INSTRUCTIONS TO FOLLOW: Please repeat the lines below, exactly and only, from the one that holds "Line((390, 209), (390, 161.5))" through the one that holds "Rebuilt in FreeCAD, every".
= Beginning of Section =
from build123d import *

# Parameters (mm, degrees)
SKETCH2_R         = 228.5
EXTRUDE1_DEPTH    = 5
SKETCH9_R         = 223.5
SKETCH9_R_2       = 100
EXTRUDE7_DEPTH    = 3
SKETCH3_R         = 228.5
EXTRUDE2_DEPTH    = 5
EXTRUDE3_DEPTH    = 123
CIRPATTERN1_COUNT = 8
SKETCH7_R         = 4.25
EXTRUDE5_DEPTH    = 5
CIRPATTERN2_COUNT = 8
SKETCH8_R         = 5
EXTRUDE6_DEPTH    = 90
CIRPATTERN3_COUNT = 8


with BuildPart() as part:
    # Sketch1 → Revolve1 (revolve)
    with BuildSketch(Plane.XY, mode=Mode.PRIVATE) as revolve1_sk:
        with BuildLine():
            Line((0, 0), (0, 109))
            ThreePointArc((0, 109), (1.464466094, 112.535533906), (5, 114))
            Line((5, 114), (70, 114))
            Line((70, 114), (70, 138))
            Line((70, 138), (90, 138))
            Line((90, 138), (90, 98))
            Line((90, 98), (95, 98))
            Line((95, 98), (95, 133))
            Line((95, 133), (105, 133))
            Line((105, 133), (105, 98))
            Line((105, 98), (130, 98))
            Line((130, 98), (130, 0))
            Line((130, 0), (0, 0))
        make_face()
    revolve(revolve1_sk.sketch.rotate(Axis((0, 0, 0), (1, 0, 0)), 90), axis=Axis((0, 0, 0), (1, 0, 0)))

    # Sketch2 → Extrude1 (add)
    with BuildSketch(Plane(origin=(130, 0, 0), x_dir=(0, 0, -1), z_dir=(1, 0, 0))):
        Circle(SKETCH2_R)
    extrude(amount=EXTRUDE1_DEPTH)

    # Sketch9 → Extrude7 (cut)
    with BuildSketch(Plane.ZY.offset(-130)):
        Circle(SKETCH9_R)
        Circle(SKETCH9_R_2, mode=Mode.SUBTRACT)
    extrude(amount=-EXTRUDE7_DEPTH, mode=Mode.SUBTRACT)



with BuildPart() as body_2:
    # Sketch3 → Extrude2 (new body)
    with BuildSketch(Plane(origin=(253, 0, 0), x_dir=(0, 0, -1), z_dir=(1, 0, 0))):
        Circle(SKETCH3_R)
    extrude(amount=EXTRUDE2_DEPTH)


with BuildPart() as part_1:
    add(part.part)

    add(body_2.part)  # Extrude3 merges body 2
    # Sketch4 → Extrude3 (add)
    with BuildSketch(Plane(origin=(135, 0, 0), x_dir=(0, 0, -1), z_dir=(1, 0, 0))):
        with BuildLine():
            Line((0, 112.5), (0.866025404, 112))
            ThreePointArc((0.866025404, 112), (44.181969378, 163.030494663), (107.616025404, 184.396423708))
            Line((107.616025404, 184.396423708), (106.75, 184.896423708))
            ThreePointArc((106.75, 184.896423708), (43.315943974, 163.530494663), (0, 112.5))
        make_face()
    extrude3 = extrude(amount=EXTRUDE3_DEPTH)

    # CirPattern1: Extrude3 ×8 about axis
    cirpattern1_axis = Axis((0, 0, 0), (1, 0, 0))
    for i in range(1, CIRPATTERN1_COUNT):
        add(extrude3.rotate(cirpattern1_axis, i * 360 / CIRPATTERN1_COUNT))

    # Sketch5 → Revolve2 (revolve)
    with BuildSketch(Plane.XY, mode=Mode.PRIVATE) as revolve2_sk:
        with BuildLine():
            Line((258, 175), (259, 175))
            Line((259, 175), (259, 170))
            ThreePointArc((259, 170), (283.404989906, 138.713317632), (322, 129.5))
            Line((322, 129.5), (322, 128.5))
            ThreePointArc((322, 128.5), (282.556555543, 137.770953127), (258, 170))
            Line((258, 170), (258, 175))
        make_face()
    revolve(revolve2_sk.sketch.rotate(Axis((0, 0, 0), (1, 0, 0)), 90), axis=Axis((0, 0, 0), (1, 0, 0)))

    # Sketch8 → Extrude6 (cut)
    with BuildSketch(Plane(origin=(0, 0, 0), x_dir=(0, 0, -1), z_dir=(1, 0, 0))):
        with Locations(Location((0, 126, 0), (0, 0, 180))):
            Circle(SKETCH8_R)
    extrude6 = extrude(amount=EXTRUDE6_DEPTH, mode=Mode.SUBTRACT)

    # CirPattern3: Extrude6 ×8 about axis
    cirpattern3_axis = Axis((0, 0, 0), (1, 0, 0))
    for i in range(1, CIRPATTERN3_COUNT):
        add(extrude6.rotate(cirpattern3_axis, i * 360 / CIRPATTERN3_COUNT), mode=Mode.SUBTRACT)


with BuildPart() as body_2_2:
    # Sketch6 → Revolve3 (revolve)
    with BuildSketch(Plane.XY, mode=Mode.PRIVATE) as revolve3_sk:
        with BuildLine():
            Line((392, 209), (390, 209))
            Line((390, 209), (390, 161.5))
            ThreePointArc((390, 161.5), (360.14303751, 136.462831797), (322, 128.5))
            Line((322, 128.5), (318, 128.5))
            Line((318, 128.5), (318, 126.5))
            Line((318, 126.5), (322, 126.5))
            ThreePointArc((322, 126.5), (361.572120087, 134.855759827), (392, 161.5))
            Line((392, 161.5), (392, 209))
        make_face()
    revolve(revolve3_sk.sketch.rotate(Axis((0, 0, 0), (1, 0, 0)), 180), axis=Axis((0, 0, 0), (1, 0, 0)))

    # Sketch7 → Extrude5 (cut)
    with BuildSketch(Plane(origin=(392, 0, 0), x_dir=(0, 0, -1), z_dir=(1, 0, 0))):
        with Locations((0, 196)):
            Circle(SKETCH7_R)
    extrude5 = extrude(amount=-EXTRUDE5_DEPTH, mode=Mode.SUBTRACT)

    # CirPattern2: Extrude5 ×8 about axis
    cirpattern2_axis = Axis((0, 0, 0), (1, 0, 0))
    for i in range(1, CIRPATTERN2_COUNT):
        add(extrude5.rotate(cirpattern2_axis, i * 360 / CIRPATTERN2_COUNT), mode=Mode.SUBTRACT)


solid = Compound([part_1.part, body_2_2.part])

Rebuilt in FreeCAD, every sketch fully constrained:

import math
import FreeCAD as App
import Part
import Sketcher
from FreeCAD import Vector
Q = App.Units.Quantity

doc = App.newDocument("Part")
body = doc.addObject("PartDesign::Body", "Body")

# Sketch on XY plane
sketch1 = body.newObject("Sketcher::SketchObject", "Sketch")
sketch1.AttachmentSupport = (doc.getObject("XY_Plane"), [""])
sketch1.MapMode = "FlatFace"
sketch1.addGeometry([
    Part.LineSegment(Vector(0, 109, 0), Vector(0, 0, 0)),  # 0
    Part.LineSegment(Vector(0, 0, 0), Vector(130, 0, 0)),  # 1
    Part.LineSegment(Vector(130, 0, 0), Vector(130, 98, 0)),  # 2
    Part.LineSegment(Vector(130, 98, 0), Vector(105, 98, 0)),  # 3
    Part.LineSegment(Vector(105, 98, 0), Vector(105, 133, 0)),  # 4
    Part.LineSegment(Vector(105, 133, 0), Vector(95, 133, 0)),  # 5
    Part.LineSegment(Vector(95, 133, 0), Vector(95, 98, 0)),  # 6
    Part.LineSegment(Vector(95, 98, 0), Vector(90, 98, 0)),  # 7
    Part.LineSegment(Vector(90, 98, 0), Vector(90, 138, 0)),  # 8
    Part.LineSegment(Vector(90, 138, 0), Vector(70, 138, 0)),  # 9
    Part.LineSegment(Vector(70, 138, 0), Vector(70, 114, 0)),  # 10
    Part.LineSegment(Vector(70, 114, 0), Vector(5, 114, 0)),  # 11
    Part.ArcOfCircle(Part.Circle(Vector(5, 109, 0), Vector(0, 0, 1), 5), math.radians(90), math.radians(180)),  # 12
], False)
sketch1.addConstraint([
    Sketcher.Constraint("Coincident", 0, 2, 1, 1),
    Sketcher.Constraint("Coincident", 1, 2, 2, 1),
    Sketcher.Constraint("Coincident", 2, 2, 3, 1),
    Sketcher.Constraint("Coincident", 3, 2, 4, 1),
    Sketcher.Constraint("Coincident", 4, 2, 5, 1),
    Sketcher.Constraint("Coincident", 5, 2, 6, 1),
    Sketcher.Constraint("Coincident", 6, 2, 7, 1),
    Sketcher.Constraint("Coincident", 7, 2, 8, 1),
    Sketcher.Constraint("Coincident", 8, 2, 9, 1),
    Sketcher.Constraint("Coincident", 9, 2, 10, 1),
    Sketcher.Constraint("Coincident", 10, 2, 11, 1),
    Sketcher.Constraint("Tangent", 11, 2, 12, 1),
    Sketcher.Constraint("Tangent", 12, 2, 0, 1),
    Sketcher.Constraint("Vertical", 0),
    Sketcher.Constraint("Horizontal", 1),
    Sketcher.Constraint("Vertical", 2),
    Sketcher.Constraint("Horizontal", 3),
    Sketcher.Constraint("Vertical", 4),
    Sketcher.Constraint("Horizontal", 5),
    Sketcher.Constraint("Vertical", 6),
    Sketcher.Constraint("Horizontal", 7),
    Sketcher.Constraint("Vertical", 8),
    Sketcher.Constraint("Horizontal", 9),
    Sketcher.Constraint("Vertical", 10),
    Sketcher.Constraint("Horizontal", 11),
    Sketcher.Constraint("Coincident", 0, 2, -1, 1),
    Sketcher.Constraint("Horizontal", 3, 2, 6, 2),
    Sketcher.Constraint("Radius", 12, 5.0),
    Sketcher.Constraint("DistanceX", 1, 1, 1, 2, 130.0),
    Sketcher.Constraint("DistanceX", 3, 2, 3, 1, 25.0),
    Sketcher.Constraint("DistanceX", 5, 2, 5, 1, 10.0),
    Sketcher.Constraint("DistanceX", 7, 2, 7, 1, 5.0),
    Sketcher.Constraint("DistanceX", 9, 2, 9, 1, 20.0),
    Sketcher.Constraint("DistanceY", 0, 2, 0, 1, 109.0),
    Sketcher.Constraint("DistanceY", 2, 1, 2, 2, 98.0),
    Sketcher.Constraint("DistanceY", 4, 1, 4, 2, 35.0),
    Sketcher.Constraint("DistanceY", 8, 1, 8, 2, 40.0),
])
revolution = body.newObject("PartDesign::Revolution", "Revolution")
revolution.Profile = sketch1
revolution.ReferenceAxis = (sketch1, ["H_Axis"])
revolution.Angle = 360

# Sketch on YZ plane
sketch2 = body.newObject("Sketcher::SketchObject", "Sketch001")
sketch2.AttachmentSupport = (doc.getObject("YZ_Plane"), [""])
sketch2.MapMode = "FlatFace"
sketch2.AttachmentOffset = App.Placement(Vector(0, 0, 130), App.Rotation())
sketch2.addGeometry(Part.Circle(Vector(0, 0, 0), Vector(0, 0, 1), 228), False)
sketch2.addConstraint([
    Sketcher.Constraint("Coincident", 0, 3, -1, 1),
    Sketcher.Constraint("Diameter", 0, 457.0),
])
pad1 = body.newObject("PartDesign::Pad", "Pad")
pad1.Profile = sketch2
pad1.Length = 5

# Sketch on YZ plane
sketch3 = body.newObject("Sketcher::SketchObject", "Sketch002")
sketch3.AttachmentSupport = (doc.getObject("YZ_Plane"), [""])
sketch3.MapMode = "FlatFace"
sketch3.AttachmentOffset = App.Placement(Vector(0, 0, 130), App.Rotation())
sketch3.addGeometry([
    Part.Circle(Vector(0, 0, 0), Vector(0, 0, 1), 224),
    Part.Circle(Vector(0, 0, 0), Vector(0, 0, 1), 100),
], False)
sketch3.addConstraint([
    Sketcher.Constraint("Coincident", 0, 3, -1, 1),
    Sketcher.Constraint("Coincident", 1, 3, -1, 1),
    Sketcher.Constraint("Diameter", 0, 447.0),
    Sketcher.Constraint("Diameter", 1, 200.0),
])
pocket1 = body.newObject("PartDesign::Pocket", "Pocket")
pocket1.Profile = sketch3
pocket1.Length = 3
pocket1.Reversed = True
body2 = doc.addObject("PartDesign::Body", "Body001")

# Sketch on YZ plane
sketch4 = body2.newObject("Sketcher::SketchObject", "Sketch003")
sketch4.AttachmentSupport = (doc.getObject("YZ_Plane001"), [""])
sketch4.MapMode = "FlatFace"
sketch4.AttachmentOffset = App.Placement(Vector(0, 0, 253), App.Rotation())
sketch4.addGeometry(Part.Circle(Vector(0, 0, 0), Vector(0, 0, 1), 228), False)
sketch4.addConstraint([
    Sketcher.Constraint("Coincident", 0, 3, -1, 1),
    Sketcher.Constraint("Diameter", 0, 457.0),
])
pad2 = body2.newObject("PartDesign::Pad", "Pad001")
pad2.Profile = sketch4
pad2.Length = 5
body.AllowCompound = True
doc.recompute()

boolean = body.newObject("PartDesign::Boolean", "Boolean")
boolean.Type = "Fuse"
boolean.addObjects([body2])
= End of Section =
RESPONSE TO THIS TASK:
            Line((390, 209), (390, 161.5))
            ThreePointArc((390, 161.5), (360.14303751, 136.462831797), (322, 128.5))
            Line((322, 128.5), (318, 128.5))
            Line((318, 128.5), (318, 126.5))
            Line((318, 126.5), (322, 126.5))
            ThreePointArc((322, 126.5), (361.572120087, 134.855759827), (392, 161.5))
            Line((392, 161.5), (392, 209))
        make_face()
    revolve(revolve3_sk.sketch.rotate(Axis((0, 0, 0), (1, 0, 0)), 180), axis=Axis((0, 0, 0), (1, 0, 0)))

    # Sketch7 → Extrude5 (cut)
    with BuildSketch(Plane(origin=(392, 0, 0), x_dir=(0, 0, -1), z_dir=(1, 0, 0))):
        with Locations((0, 196)):
            Circle(SKETCH7_R)
    extrude5 = extrude(amount=-EXTRUDE5_DEPTH, mode=Mode.SUBTRACT)

    # CirPattern2: Extrude5 ×8 about axis
    cirpattern2_axis = Axis((0, 0, 0), (1, 0, 0))
    for i in range(1, CIRPATTERN2_COUNT):
        add(extrude5.rotate(cirpattern2_axis, i * 360 / CIRPATTERN2_COUNT), mode=Mode.SUBTRACT)


solid = Compound([part_1.part, body_2_2.part])

Rebuilt in FreeCAD, every sketch fully constrained:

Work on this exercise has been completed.